[Stored data entries]
━━━━━━━━━━━━━━━━━━━━

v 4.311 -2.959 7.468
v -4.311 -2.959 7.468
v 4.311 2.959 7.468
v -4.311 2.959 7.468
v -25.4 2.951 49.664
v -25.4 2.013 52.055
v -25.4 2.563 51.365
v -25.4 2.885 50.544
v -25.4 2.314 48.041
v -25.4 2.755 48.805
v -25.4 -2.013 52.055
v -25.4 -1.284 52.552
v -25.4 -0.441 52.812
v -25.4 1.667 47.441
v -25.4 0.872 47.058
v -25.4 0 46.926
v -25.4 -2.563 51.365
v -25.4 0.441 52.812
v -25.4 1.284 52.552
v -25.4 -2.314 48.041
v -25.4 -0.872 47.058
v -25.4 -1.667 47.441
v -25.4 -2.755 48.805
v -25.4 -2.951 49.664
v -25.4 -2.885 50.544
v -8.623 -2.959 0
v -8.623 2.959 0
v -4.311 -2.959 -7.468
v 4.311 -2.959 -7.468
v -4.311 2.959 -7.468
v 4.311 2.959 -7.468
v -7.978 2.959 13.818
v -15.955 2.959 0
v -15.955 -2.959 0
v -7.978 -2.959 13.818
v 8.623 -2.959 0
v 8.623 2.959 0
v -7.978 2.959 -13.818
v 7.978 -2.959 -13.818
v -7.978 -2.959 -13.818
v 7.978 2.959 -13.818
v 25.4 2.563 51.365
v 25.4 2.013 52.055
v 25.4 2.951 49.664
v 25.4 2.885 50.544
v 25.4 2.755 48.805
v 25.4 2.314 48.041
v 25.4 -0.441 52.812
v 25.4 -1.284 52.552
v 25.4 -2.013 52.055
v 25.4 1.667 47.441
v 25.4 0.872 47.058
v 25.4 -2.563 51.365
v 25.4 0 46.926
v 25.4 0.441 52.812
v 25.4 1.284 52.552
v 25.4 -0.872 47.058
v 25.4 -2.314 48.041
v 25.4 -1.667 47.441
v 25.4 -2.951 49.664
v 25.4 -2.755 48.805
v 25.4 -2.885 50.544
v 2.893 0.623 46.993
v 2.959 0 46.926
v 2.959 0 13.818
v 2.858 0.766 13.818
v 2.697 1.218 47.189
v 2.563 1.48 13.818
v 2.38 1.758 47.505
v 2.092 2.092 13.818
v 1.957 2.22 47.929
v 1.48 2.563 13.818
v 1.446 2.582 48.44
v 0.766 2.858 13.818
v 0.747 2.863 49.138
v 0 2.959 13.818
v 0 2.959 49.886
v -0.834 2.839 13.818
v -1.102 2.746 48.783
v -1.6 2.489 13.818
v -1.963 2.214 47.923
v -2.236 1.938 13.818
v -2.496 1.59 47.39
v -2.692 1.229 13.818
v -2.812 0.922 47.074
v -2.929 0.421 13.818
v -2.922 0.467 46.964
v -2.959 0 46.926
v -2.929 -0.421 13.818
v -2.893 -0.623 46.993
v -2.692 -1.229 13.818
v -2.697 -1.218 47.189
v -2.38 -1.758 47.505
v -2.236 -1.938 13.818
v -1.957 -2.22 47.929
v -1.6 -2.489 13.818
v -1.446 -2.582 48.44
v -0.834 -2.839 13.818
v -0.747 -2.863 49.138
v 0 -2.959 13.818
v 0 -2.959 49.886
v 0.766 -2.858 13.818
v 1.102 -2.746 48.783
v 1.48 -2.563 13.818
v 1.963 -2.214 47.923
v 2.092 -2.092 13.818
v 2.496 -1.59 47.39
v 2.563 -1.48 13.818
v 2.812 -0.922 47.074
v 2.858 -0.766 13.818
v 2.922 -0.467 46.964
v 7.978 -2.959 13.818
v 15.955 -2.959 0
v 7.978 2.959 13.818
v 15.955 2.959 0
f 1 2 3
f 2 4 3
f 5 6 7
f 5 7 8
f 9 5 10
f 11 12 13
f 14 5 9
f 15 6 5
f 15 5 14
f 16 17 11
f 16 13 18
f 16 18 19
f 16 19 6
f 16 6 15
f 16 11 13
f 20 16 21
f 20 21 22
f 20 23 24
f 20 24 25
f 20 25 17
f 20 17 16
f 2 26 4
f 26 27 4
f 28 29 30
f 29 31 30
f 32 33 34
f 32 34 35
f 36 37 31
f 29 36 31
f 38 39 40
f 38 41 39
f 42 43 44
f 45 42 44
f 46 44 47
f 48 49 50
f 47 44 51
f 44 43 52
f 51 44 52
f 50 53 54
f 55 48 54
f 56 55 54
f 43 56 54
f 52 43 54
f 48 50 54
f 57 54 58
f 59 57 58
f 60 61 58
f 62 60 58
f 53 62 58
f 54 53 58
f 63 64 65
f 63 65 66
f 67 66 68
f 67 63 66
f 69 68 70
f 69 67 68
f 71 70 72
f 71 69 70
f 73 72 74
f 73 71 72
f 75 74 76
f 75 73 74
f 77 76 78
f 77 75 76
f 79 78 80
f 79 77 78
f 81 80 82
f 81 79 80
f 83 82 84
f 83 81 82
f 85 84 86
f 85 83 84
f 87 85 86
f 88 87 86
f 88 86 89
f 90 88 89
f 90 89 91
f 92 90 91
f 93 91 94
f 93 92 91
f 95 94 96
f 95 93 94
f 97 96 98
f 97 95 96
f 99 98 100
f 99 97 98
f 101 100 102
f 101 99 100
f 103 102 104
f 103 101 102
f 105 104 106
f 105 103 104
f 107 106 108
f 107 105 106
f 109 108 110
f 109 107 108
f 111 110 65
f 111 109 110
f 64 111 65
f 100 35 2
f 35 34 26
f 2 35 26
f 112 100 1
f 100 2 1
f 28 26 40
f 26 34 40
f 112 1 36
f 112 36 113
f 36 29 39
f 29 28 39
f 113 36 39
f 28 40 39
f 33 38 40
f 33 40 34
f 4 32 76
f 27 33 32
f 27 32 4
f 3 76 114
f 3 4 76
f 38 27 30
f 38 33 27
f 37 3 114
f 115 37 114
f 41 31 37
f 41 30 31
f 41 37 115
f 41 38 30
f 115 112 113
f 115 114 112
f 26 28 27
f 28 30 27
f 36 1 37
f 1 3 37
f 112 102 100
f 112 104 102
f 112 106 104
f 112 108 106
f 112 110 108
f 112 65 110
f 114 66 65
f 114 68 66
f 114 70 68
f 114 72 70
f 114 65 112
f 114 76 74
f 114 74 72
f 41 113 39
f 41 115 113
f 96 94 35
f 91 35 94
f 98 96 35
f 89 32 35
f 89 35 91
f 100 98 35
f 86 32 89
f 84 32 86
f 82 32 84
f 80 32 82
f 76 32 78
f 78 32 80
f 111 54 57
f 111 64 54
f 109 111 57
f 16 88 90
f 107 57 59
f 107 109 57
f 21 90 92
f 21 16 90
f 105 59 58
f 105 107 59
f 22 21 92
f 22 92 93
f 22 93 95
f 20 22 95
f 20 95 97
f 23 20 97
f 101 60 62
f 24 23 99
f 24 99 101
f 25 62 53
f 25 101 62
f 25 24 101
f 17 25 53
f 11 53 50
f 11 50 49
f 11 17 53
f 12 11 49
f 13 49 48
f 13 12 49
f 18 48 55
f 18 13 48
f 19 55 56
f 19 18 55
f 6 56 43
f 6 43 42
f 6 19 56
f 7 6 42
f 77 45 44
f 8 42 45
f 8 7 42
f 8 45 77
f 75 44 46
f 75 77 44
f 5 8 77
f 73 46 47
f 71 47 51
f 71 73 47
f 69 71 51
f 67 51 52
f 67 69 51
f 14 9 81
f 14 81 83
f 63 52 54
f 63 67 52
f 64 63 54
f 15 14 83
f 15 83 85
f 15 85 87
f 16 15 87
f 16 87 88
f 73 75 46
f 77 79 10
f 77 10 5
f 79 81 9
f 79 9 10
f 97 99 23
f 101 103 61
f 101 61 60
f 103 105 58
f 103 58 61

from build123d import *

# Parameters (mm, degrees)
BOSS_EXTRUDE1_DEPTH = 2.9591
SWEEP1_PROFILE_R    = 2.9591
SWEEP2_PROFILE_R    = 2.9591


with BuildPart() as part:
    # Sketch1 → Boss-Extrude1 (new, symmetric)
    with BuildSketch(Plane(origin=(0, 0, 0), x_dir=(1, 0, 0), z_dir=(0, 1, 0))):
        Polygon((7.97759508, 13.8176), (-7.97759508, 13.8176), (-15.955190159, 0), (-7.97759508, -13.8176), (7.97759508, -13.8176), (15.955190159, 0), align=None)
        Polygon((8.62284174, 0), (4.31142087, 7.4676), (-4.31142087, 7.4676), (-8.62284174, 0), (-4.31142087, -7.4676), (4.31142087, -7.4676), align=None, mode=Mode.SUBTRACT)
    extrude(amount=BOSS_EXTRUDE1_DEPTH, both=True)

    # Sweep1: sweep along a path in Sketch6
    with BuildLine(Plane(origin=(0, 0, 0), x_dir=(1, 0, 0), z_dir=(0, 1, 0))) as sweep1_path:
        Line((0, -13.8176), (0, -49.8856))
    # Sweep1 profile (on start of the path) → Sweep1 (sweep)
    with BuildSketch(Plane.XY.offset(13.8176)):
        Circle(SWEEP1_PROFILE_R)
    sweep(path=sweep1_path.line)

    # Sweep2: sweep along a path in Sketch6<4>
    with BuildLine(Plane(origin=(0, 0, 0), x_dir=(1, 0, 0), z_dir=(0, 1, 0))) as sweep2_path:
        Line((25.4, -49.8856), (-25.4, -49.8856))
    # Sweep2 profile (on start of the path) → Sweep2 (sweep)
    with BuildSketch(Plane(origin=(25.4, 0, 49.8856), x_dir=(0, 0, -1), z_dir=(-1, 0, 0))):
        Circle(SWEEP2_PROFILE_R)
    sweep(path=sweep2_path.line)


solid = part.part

━━━━━━━━━━━━━━━━━━━━

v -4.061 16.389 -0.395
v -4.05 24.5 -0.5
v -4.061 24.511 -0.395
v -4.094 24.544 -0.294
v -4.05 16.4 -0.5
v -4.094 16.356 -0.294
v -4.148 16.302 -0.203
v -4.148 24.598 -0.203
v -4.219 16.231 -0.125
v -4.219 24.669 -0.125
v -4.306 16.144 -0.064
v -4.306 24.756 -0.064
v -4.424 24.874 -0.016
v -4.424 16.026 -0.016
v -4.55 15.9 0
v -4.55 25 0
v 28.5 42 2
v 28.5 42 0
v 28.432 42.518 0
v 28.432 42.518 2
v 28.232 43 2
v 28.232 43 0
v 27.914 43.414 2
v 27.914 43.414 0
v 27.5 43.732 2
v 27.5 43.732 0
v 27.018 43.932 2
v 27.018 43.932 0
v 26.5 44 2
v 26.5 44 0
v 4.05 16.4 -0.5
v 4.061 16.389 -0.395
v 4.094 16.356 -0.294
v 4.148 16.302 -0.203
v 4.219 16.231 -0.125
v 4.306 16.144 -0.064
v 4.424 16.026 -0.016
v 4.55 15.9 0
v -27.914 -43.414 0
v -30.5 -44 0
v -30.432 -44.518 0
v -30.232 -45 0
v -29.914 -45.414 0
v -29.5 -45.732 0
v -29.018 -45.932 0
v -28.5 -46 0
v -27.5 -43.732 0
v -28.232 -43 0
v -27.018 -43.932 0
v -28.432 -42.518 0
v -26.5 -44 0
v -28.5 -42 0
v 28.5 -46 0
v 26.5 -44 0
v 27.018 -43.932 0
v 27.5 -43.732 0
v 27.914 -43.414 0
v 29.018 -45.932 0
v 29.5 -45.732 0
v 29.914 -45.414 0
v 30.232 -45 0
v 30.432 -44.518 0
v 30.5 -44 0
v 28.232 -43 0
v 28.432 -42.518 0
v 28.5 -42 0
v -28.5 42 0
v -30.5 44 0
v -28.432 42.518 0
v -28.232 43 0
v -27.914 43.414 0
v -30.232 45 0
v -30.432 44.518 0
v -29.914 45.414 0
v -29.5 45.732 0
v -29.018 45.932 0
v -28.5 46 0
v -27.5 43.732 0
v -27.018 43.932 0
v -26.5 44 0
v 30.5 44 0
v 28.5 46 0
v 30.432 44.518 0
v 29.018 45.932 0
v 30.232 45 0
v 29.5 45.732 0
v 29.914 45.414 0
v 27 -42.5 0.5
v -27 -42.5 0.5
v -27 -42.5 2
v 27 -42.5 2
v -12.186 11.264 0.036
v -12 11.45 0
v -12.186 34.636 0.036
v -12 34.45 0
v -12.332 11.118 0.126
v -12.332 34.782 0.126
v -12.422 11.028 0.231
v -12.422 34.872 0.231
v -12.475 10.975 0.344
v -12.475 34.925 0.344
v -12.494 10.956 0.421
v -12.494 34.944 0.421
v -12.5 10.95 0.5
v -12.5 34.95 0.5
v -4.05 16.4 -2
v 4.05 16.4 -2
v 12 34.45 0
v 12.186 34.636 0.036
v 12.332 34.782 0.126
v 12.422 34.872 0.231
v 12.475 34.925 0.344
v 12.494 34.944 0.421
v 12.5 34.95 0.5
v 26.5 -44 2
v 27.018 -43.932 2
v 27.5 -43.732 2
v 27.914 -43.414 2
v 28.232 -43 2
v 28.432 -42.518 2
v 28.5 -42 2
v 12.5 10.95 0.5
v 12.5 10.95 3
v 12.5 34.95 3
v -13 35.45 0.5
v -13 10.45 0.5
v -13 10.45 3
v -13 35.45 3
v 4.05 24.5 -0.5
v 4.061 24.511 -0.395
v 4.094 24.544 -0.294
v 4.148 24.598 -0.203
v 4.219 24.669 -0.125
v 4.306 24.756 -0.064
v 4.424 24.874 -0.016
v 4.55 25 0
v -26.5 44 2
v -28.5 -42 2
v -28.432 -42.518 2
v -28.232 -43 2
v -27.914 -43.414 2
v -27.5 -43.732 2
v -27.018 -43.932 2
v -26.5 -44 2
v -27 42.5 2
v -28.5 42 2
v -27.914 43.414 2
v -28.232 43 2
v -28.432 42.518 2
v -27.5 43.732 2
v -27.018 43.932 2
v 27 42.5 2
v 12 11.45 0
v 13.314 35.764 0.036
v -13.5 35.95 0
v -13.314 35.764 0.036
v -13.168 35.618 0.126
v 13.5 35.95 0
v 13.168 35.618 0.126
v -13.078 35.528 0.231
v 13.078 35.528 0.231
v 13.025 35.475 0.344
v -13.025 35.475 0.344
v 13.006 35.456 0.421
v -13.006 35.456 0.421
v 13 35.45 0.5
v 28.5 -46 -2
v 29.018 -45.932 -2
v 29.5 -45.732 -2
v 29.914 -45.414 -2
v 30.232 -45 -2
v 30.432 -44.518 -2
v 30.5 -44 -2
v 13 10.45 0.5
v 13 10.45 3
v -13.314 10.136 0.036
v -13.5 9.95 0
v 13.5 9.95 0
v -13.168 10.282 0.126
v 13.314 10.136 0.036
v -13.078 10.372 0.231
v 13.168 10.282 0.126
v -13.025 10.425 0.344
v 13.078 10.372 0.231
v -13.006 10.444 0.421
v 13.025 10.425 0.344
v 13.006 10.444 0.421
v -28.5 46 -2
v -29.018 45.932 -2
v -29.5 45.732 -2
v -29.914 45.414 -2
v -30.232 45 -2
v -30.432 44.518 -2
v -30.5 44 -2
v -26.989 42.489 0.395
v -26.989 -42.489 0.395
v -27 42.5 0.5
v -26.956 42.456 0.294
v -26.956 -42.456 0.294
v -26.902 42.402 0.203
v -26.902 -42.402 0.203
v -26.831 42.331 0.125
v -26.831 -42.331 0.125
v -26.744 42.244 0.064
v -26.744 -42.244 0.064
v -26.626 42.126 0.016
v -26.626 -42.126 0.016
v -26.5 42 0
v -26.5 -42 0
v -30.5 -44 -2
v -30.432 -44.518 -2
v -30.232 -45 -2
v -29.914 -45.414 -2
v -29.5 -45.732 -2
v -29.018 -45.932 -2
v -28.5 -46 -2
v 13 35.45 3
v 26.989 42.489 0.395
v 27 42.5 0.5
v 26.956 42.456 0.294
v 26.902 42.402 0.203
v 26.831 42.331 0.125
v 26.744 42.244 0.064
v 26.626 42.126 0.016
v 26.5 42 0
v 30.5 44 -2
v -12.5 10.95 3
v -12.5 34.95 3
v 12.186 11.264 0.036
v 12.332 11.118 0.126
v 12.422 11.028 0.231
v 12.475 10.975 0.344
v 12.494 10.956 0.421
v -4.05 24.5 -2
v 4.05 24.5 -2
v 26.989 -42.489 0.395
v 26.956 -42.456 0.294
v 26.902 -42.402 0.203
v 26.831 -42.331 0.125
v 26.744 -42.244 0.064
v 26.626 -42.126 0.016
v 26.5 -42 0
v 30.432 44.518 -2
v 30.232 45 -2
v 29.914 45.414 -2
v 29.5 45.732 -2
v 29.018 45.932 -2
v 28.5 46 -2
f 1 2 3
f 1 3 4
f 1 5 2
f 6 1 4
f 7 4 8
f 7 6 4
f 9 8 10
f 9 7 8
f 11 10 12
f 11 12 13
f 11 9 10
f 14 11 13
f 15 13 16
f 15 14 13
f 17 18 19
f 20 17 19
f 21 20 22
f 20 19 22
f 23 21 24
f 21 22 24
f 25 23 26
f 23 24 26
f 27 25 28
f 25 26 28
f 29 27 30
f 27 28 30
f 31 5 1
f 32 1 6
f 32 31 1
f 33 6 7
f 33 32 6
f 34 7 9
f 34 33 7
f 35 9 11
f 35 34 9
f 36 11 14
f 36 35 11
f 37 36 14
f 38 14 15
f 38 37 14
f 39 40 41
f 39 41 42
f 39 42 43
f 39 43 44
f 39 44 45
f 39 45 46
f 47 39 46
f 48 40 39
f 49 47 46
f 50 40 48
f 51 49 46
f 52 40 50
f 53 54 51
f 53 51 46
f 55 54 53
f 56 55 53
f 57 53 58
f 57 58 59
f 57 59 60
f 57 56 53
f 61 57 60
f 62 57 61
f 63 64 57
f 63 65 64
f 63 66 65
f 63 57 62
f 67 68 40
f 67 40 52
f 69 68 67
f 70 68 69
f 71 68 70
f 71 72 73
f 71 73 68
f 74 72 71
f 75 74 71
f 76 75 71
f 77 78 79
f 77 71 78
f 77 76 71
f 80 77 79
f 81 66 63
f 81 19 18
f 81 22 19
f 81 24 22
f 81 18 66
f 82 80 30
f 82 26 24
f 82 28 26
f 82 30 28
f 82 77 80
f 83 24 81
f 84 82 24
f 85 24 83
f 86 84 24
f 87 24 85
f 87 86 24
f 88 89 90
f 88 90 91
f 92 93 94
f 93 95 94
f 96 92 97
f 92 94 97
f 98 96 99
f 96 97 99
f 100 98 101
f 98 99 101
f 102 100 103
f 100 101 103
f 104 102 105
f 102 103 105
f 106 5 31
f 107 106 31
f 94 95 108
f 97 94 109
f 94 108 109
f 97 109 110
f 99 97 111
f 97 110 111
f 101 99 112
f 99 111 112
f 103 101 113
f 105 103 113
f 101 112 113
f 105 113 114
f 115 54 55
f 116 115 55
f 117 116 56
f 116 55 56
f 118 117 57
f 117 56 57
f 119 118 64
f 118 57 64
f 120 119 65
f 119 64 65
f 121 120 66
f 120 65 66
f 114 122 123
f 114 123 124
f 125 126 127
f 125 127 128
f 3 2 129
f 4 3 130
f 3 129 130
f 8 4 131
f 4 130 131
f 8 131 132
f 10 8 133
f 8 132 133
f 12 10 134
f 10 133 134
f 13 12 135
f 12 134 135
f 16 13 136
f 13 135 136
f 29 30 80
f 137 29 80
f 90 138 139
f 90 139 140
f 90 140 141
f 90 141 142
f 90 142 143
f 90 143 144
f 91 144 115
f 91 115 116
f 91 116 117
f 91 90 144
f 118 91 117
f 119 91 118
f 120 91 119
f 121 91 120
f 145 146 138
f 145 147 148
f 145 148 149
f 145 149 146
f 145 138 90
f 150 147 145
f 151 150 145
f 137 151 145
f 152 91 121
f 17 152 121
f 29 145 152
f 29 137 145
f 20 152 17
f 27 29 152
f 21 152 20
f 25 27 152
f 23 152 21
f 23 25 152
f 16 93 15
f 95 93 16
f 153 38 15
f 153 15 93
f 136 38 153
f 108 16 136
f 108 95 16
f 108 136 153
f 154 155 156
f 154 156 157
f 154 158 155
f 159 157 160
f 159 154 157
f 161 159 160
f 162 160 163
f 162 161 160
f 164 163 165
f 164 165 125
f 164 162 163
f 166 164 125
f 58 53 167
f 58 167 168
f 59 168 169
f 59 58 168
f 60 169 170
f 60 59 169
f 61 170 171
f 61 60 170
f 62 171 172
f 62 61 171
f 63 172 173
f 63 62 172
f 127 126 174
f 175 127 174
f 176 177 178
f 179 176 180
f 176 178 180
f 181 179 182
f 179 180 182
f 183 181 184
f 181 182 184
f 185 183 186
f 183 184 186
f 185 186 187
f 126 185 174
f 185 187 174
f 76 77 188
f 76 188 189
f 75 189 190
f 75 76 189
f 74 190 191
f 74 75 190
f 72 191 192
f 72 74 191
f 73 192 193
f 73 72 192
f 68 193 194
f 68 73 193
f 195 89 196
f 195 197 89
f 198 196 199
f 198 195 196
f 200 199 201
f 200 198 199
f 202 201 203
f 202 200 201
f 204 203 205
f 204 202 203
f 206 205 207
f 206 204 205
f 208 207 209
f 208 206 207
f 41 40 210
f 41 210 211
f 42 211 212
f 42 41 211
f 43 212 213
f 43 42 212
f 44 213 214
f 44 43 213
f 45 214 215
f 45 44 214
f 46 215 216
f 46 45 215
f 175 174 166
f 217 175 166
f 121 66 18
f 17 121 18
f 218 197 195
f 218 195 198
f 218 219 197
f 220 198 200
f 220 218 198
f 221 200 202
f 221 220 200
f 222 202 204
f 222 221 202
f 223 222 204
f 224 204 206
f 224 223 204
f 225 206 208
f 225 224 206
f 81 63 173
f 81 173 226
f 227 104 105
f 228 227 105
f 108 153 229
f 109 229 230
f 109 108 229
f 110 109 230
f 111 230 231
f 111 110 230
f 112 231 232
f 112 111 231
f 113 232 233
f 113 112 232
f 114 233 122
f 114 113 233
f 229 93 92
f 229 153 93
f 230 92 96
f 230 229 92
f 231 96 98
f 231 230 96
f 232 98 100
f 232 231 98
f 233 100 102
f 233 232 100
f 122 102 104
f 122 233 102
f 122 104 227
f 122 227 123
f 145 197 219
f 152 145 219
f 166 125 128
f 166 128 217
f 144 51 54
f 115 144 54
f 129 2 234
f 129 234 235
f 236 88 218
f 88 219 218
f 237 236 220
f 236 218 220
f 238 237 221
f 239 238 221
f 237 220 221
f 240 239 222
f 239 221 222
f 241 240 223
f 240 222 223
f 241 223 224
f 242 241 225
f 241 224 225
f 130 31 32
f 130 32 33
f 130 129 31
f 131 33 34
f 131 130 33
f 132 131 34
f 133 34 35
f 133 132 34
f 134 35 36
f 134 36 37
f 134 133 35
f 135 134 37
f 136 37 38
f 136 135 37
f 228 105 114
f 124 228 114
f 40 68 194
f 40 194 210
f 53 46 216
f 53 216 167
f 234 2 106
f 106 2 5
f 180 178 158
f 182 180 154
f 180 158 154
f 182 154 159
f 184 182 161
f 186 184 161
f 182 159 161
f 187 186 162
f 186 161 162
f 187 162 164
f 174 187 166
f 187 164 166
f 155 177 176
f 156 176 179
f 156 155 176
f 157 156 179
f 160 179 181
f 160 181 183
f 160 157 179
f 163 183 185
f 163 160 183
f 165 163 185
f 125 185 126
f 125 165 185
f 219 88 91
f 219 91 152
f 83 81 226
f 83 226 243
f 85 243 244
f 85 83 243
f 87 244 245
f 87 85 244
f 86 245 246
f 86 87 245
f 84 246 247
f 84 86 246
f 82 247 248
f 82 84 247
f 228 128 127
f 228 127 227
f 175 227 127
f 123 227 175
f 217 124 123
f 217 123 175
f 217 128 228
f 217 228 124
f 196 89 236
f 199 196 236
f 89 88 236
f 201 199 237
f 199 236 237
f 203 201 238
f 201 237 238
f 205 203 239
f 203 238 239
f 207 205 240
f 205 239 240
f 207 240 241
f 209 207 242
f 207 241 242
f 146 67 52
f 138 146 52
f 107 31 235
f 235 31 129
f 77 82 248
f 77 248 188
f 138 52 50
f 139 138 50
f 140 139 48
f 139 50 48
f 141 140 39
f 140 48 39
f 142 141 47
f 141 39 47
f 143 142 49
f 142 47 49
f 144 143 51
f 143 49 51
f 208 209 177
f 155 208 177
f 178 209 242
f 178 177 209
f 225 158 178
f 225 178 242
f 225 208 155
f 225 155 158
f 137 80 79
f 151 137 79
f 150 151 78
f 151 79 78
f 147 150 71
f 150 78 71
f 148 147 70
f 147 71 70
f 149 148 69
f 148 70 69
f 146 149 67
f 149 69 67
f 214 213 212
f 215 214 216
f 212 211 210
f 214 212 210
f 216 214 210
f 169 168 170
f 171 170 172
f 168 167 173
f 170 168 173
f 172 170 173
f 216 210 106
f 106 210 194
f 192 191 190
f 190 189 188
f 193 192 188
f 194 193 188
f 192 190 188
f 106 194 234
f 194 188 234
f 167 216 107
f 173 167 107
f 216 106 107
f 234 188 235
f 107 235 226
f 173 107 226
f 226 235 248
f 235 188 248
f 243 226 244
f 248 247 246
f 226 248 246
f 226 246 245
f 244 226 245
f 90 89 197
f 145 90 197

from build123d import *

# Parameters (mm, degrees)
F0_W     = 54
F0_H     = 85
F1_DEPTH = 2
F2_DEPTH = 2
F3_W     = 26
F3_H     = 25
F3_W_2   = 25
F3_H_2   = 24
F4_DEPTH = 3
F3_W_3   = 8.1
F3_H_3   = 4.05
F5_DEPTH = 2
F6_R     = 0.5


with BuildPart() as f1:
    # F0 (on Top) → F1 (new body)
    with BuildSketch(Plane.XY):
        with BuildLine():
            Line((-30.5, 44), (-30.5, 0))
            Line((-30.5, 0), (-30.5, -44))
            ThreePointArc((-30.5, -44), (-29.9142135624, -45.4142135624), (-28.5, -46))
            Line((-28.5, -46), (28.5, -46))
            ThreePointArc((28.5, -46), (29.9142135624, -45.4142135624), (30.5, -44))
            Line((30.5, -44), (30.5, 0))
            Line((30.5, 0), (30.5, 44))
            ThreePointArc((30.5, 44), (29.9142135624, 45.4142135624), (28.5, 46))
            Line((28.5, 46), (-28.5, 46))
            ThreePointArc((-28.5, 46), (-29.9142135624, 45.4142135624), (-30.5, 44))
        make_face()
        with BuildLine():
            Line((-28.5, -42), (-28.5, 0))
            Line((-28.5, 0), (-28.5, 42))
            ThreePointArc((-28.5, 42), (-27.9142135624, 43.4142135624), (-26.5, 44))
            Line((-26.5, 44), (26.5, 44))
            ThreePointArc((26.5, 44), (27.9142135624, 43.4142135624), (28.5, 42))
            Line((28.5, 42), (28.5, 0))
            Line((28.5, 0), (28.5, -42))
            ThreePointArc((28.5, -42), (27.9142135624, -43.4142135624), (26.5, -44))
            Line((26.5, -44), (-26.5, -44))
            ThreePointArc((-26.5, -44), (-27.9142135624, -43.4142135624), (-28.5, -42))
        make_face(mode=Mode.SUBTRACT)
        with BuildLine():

━━━━━━━━━━━━━━━━━━━━

One stretch of the lines above is wanted, from the line that contains "f 103 101 102" through the line that contains "f 113 36 39". Output it exactly.

*FINISHED EXERCISE*
f 103 101 102
f 105 104 106
f 105 103 104
f 107 106 108
f 107 105 106
f 109 108 110
f 109 107 108
f 111 110 65
f 111 109 110
f 64 111 65
f 100 35 2
f 35 34 26
f 2 35 26
f 112 100 1
f 100 2 1
f 28 26 40
f 26 34 40
f 112 1 36
f 112 36 113
f 36 29 39
f 29 28 39
f 113 36 39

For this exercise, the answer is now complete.